Reading Online Novel

Verbroken(122)



                Een paar weken voor Jeffrey werd vermoord, had Sara hem een gesigneerde eerste editie cadeau gedaan van Andersonville, van MacKinlay Kantor. Het kostte Sara moeite om afstand van het boek te doen, ook al wist ze dat het niet anders kon. Ze mocht Jeffreys kist vol herinneringen niet in de aarde laten verdwijnen zonder haar eigen bijdrage. Dan Brock had urenlang bij haar gezeten in de woonkamer van haar huis voor ze het boek kon laten gaan. Ze had elke pagina bekeken, met haar vingers de plekken aangeraakt waarop Jeffrey zijn hand had laten rusten. Dan was geduldig en kalm geweest, maar toen hij vertrok, huilde hij even hard als Sara.

                Ze pakte een papieren zakdoekje uit het dashboardkastje en droogde haar tranen af. Als ze zo doorging, zat ze straks te janken als een klein kind. Sara’s jas lag op de stoel naast haar, maar ze trok hem niet aan. Uit een van de zakken haalde ze een speld waarmee ze haar haar opstak. Ze bekeek de warrige bos krullen in de achteruitkijkspiegel. Eigenlijk had ze zich die ochtend moeten opmaken. Haar neus leek nog sproetiger dan anders. Ze zag bleek. Sara duwde de spiegel weg. Het was nu toch te laat om er iets aan te veranderen.

                De laatste auto sloot zich bij de begrafenisstoet aan. Sara sprong uit haar suv en landde bijna in een diepe plas. De regen kletterde naar beneden. Ze hield haar handen boven haar hoofd, maar dat mocht niet baten. Brock stond in de deuropening naar haar te zwaaien. Boven op zijn hoofd werd hij al kaal en hij droeg een driedelig pak, maar met zijn slungelige gestalte leek hij nog steeds sprekend op de middelbare scholier van weleer.

                ‘Hallo!’ Hij lachte even. ‘Je bent de eerste. Ik heb tegen Frank gezegd dat we rond halftwaalf zouden beginnen.’

                ‘Het leek me een goed idee om alles alvast klaar te zetten.’

                ‘Dan ben ik je geloof ik voor geweest.’ Hij schonk haar het soort glimlach dat hij gewoonlijk voor nabestaanden reserveerde. ‘Hoe gaat het, Sara?’

                Ze glimlachte terug, maar was niet in staat zijn vraag te beantwoorden. De vorige dag, toen Brock op het politiebureau verscheen om het lichaam van Tommy Braham op te halen, had ze de beleefdheden achterwege gelaten en nu voelde ze zich wat ongemakkelijk. Zoals gewoonlijk wist Brock daar wel raad mee.

                ‘Hé, kom eens hier.’ Hij sloeg zijn armen om haar heen. ‘Je ziet er fantastisch uit, Sara. Echt fantastisch. Fijn dat je bent teruggekomen voor Thanksgiving. Wat zal je moeder blij zijn.’

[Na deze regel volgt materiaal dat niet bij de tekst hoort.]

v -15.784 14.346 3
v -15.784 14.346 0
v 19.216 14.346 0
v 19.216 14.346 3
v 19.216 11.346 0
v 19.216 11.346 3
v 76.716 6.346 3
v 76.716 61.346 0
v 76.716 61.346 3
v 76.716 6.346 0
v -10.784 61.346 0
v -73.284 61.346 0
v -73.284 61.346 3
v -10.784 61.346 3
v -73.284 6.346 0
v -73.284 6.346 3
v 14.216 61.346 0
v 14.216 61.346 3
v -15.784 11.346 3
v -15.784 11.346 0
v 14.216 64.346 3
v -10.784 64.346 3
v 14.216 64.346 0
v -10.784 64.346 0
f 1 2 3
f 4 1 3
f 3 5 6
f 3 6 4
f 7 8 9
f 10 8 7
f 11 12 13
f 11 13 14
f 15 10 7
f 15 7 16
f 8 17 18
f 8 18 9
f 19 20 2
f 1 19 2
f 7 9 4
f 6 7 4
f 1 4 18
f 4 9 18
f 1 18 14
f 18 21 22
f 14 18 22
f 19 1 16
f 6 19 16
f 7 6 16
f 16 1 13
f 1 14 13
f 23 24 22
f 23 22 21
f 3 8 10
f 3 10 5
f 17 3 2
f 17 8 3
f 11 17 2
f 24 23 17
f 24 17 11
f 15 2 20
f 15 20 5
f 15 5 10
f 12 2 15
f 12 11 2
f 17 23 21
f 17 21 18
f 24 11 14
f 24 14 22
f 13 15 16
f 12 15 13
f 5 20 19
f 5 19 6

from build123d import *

# Parameters (mm, degrees)
SKETCH_1_W      = 35
SKETCH_1_H      = 3
EXTRUDE_1_DEPTH = 3


with BuildPart() as part:
    # Эскиз1 → Бобышка-Вытянуть1 (new body)
    with BuildSketch(Plane.XY):
        Polygon((14.215686275, 61.346405229), (76.715686275, 61.346405229), (76.715686275, 6.346405229), (-73.284313725, 6.346405229), (-73.284313725, 61.346405229), (-10.784313725, 61.346405229), (-10.784313725, 64.346405229), (14.215686275, 64.346405229), align=None)
        with Locations((1.715686275, 12.846405229)):
            Rectangle(SKETCH_1_W, SKETCH_1_H, mode=Mode.SUBTRACT)
    extrude(amount=EXTRUDE_1_DEPTH)


solid = part.part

                ‘Anders mijn vader wel.’

                Met zijn arm om haar heen leidde hij haar het gebouw binnen. ‘Het is guur buiten, kom gauw binnen.’

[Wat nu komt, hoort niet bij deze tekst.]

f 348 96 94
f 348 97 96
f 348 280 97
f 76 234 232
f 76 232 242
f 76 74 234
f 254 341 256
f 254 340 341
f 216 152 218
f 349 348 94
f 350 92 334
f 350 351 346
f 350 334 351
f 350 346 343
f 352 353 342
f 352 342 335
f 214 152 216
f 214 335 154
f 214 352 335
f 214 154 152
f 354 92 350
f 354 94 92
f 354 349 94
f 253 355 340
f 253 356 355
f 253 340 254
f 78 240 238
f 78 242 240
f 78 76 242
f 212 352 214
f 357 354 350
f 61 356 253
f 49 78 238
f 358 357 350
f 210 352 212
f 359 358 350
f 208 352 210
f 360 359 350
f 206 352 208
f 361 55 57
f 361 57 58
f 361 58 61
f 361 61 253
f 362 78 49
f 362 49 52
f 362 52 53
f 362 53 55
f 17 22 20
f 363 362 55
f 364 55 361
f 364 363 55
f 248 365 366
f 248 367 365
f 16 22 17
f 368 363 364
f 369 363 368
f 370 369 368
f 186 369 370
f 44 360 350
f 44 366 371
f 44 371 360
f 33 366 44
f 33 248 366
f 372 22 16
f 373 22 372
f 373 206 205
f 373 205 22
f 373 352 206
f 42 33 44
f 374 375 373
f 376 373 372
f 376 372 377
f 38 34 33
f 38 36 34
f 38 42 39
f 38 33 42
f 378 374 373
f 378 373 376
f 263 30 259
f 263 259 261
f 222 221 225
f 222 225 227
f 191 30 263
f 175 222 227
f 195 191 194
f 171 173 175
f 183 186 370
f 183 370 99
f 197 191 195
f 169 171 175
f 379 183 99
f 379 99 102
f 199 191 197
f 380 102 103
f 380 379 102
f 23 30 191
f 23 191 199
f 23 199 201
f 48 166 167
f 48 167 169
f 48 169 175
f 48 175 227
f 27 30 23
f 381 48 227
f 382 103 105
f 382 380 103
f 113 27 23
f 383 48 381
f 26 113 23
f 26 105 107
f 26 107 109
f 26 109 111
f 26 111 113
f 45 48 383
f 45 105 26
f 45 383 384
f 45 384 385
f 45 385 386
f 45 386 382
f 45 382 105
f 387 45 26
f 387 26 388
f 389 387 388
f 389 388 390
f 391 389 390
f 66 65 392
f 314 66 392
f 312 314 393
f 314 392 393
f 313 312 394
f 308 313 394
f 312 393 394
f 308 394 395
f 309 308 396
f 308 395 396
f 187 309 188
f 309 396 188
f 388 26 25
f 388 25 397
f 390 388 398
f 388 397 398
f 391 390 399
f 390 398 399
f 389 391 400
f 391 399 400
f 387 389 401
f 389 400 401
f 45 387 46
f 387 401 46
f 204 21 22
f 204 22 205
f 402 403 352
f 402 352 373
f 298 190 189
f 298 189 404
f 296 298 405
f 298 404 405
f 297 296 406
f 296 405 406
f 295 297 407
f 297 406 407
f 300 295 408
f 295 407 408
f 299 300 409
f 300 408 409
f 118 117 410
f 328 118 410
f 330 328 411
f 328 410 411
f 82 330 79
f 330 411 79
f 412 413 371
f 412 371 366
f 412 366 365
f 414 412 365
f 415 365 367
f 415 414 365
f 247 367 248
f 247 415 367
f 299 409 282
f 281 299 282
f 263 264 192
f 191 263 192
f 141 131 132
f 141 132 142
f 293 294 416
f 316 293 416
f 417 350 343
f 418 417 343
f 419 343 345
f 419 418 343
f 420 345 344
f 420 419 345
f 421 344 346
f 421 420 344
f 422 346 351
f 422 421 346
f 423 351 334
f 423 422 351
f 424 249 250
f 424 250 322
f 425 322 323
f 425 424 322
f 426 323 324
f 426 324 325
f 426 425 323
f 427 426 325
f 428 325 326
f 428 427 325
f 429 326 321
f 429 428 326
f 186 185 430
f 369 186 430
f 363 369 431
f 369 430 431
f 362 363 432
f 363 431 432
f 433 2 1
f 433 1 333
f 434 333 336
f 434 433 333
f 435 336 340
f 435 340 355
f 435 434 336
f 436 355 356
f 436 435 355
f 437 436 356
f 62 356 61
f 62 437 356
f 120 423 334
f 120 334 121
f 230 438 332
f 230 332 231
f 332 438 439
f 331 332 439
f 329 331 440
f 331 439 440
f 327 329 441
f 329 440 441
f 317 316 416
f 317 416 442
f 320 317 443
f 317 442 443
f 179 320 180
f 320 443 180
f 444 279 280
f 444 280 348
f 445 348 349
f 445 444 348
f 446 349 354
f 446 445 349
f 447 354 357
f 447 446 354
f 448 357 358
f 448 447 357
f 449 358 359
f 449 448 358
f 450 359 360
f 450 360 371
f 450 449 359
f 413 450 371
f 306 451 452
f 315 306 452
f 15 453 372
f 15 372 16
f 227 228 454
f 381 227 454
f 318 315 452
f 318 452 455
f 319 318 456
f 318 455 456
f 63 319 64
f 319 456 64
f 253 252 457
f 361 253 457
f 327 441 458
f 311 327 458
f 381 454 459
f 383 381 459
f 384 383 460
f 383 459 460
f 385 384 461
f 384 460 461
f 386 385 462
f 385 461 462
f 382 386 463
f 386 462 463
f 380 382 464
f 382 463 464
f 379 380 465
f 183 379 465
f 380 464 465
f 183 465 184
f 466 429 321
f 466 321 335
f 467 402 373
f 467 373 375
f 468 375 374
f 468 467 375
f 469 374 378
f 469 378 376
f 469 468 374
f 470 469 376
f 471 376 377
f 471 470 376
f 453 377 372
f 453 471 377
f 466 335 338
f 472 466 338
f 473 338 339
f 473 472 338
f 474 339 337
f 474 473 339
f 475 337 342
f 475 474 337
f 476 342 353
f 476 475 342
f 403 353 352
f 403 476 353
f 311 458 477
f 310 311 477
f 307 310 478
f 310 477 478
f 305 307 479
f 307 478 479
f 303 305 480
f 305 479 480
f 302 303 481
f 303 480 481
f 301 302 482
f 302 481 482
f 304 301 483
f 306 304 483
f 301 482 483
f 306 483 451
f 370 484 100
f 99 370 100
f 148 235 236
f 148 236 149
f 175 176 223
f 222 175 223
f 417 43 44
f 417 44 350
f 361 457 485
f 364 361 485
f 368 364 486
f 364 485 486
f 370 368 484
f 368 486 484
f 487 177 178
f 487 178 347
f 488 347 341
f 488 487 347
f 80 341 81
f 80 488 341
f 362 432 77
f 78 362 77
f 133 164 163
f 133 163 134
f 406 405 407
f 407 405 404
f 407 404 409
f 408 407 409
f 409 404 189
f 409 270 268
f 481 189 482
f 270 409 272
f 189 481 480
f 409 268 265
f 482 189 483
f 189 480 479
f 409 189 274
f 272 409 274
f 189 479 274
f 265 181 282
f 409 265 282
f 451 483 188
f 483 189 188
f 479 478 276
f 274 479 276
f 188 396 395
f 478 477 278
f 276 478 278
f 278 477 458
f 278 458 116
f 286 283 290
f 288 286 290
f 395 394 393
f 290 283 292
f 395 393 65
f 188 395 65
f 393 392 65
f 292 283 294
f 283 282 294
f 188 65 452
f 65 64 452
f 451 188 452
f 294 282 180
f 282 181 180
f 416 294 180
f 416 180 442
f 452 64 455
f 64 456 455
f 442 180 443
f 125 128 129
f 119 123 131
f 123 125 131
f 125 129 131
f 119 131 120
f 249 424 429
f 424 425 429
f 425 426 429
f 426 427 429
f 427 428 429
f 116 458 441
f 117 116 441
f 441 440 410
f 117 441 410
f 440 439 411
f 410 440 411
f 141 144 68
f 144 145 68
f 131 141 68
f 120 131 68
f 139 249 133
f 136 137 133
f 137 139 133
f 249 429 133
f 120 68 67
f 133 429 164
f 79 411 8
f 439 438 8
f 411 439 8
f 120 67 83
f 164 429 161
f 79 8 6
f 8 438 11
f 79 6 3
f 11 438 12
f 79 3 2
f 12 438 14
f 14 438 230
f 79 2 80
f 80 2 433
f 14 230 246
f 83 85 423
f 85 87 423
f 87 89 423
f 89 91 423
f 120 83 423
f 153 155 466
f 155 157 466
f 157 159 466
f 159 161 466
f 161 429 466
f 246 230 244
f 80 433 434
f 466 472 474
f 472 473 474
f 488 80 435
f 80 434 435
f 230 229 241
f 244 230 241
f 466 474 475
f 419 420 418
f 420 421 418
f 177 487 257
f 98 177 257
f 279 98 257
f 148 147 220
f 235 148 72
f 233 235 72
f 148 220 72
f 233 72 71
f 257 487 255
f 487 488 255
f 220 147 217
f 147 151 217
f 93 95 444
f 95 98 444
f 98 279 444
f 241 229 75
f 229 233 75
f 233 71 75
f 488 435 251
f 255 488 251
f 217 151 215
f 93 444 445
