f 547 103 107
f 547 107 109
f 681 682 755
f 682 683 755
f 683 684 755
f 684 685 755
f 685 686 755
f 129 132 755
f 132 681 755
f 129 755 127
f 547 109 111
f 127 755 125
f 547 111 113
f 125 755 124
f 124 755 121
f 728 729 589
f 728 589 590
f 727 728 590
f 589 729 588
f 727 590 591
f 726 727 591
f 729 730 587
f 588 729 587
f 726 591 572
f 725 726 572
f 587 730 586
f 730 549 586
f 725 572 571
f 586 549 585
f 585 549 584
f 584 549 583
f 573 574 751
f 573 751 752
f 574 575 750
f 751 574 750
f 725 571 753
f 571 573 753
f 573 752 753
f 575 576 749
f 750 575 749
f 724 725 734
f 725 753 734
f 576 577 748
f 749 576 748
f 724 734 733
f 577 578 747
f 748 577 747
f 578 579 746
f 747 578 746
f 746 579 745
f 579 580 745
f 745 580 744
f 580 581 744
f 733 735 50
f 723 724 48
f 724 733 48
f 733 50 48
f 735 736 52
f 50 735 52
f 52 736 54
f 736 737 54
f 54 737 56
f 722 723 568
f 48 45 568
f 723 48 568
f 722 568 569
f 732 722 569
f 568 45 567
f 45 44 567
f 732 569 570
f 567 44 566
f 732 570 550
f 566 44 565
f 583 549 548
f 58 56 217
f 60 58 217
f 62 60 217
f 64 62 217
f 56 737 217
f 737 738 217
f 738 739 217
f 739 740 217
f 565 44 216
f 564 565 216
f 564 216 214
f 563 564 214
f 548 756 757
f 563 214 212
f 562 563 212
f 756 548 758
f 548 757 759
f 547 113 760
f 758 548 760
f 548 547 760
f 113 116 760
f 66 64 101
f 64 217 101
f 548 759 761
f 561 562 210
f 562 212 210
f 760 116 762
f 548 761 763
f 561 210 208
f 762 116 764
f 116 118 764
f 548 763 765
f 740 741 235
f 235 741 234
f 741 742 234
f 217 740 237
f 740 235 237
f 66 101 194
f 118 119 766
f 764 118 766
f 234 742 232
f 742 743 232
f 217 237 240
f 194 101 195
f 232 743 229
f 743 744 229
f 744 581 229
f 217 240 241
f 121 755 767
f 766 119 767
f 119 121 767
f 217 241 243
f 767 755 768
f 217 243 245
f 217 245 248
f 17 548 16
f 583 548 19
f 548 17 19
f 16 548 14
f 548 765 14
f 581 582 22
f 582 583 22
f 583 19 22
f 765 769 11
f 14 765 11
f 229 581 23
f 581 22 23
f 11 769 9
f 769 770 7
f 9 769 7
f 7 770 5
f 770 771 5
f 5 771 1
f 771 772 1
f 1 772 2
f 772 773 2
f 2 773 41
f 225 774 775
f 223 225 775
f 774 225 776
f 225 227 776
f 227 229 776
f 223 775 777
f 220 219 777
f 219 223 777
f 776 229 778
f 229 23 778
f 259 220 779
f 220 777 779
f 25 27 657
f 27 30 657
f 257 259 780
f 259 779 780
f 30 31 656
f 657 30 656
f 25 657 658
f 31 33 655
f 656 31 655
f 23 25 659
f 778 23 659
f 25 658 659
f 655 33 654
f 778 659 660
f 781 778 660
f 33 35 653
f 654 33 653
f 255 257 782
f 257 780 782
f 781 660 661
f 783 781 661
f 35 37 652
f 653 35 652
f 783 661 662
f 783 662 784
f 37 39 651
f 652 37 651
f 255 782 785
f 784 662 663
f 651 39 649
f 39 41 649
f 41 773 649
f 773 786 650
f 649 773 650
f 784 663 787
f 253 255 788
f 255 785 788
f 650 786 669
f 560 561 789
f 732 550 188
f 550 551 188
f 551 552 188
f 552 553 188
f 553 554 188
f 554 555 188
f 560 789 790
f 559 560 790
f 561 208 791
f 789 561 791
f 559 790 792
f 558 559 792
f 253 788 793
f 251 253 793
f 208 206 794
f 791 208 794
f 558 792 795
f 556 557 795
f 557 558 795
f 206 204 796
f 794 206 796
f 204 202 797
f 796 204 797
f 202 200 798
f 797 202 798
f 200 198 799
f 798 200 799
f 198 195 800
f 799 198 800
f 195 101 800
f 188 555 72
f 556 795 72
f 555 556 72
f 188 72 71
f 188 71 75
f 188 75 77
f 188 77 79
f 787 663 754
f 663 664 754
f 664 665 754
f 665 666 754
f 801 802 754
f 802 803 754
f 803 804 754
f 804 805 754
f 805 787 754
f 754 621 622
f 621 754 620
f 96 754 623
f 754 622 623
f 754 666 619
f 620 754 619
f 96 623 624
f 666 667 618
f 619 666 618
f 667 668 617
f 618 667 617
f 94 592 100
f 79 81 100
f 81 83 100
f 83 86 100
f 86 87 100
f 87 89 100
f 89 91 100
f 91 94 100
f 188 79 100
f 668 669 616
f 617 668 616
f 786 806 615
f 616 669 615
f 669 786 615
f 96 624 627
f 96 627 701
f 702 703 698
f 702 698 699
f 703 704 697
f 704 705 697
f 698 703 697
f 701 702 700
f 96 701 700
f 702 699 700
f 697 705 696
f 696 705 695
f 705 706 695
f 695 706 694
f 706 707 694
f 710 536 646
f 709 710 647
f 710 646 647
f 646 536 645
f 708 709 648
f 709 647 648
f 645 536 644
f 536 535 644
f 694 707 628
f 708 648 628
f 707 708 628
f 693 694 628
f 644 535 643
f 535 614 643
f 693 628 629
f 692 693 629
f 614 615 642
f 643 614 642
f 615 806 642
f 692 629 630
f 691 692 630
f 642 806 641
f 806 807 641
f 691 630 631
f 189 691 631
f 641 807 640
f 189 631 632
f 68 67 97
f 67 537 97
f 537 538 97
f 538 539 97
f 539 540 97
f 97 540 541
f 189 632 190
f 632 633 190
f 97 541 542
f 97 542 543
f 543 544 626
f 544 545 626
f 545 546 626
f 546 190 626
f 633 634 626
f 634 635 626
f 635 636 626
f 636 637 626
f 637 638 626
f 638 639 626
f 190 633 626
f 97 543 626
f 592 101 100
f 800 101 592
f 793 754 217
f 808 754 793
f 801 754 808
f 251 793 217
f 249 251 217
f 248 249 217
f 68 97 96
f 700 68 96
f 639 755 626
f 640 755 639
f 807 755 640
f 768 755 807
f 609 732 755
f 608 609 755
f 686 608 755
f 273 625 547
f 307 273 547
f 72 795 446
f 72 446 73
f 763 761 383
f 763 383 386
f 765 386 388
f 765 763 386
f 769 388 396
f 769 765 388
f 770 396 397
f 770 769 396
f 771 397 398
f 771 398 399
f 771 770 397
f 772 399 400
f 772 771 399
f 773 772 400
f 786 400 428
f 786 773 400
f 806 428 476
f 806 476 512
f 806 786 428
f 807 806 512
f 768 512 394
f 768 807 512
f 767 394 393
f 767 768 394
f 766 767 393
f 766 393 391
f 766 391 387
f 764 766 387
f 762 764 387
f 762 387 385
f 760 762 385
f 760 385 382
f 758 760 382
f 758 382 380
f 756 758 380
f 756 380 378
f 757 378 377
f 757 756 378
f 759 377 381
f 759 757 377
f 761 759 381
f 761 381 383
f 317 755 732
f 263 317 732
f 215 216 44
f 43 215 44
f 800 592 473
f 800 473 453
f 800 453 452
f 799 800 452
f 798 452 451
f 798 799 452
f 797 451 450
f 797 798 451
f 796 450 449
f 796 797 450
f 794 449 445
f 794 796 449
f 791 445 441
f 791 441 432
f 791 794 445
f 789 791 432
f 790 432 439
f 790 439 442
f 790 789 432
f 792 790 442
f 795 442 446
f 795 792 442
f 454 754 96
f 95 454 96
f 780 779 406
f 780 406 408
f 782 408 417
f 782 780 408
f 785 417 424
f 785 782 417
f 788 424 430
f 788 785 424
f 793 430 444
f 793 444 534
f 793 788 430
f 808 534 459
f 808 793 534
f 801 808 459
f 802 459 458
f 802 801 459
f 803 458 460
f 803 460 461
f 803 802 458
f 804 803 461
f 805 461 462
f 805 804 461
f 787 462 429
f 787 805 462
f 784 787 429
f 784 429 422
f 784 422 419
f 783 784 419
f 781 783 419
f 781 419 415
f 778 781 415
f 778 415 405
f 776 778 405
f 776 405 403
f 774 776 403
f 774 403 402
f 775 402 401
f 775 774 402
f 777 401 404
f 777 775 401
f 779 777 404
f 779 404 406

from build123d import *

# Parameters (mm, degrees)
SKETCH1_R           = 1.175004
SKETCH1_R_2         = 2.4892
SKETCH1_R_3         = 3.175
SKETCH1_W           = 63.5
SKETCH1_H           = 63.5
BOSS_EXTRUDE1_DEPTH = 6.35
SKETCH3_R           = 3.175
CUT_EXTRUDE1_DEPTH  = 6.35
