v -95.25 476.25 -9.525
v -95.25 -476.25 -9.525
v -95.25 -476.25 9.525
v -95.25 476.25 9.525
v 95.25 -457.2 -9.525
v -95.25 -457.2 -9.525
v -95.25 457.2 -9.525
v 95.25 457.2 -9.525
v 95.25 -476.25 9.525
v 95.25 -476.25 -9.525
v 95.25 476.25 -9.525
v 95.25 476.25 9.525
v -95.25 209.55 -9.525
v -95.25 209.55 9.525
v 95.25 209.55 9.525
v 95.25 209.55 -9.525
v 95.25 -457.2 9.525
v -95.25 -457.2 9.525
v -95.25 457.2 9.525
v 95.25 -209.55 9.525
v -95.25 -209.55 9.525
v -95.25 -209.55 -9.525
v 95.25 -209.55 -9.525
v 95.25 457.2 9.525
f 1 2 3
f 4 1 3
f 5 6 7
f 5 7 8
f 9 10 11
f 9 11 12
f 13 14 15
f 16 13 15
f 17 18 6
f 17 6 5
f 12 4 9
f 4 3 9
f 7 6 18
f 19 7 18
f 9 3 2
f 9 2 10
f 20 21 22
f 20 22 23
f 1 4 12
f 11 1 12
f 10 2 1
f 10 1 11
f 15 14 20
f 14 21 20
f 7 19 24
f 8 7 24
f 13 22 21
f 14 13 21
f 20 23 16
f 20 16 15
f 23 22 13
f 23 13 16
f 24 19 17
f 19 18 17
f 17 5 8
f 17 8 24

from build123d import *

# Parameters (mm, degrees)
F0_W     = 190.5
F0_H     = 19.05
F1_DEPTH = 209.55
F2_DEPTH = 457.2
F3_DEPTH = 476.25


with BuildPart() as f1:
    # F0 (on Front) → F1 (new body, symmetric)
    with BuildSketch(Plane.XZ):
        Rectangle(F0_W, F0_H)
    extrude(amount=F1_DEPTH, both=True)


with BuildPart() as f2:
    # F0 (on Front) → F2 (new body, symmetric)
    with BuildSketch(Plane.XZ):
        Rectangle(F0_W, F0_H)
    extrude(amount=F2_DEPTH, both=True)


with BuildPart() as f3:
    # F0 (on Front) → F3 (new body, symmetric)
    with BuildSketch(Plane.XZ):
        Rectangle(F0_W, F0_H)
    extrude(amount=F3_DEPTH, both=True)


solid = Compound([f1.part, f2.part, f3.part])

                ‘Wauw.’ Ze bleef bij de deur staan en keek de ruime entree rond. Haar ouders waren niet de enigen die hun huis de laatste tijd hadden opgeknapt. De wat saaie inrichting van het rouwcentrum was ingrijpend gemoderniseerd. De zware fluwelen draperieën waren vervangen door vouwgordijnen, en het donkergroene tapijt had plaatsgemaakt voor een prachtige hardhouten vloer met een oosters tapijt in gedempte kleuren. De rouwkamers waren evenmin overgeslagen en leken niet langer op victoriaanse salons.

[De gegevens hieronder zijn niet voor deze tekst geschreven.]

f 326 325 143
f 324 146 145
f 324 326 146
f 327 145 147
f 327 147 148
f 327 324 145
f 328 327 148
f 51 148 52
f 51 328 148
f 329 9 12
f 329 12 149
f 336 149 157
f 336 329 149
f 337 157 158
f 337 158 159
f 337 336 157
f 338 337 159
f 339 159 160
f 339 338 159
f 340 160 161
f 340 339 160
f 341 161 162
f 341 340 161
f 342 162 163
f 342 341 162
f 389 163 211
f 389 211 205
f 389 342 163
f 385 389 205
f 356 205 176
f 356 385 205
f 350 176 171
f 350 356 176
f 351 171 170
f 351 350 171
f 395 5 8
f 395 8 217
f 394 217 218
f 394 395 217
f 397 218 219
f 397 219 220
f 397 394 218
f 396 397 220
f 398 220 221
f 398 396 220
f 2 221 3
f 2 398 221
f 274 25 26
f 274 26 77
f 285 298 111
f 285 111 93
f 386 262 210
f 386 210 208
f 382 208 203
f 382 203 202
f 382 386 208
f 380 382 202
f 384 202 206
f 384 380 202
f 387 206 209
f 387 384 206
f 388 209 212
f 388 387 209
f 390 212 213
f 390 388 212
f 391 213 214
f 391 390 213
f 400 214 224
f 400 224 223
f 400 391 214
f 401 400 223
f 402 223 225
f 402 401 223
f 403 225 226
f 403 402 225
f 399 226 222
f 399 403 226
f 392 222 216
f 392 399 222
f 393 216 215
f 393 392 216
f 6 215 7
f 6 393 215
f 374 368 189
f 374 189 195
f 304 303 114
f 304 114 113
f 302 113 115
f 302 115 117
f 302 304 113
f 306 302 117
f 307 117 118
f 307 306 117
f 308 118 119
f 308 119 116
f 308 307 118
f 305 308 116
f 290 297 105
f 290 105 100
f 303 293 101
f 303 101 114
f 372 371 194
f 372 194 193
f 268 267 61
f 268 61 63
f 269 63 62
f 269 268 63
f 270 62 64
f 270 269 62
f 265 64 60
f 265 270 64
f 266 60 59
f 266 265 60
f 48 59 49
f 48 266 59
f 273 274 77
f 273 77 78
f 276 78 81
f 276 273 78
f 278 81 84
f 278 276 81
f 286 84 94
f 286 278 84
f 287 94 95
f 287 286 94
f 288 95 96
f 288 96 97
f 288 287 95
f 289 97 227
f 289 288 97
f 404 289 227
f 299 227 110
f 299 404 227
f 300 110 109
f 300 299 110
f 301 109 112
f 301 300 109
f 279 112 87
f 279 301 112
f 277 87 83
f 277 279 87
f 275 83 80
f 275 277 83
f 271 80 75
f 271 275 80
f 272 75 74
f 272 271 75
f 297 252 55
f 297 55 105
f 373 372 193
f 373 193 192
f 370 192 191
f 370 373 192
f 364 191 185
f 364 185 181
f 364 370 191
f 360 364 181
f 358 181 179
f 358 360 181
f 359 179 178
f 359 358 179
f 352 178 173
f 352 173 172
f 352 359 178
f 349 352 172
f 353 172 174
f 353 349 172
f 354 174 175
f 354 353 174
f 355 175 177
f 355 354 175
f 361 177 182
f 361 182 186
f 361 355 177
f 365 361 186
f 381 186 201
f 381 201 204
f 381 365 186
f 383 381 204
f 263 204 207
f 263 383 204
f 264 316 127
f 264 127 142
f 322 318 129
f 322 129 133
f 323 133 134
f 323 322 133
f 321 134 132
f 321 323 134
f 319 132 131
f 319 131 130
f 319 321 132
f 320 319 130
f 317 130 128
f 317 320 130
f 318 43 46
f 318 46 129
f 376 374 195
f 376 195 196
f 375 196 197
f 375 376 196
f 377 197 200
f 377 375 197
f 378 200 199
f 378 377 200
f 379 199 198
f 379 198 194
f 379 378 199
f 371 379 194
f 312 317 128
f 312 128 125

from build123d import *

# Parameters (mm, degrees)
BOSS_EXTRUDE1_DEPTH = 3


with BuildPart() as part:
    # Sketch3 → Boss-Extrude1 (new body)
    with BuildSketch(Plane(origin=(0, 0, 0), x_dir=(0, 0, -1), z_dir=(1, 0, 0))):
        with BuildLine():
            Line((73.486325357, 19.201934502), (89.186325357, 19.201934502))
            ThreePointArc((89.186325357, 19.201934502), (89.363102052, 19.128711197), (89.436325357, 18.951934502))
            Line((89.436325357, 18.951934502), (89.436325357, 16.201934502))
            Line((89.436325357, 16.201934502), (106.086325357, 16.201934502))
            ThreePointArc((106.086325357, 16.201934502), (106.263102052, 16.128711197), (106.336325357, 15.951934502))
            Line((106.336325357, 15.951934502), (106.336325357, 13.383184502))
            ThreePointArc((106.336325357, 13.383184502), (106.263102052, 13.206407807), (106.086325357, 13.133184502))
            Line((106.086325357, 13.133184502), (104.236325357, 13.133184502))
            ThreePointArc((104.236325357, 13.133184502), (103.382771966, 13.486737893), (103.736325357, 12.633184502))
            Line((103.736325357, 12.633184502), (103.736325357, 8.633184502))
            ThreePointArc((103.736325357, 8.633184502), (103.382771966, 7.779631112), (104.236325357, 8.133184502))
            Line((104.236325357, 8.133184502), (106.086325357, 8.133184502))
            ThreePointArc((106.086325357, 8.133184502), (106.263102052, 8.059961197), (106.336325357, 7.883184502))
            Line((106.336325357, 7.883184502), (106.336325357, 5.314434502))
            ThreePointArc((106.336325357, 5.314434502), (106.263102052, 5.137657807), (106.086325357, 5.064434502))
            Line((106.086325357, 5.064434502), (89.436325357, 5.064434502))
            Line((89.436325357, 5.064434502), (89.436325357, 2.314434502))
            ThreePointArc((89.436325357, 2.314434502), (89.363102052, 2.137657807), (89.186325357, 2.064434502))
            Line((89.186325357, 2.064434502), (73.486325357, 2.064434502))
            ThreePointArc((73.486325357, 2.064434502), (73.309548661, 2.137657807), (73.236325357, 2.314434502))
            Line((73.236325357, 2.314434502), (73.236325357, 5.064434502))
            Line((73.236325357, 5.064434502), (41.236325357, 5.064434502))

                ‘Mijn moeder vindt het vreselijk, dus ergens moet ik het goed hebben aangepakt,’ zei Brock.

                ‘Het ziet er schitterend uit.’ Sara vermoedde dat Brock niet veel complimenten had gekregen.

                ‘De zaken gaan goed.’ Met zijn hand op haar rug voerde hij haar mee de gang in. ‘Die kwestie met Tommy heeft me trouwens behoorlijk geraakt. Het was een goede jongen. Hij maaide hier altijd het gras.’ Brock bleef staan. Hij keek neer op Sara en ineens veranderde zijn hele houding. ‘Ik weet dat ik naïef word gevonden, dat ik iedereen te veel het voordeel van de twijfel gun, maar ik zie hem dit nog niet doen.’

                ‘Dat hij zichzelf heeft gedood of het meisje?’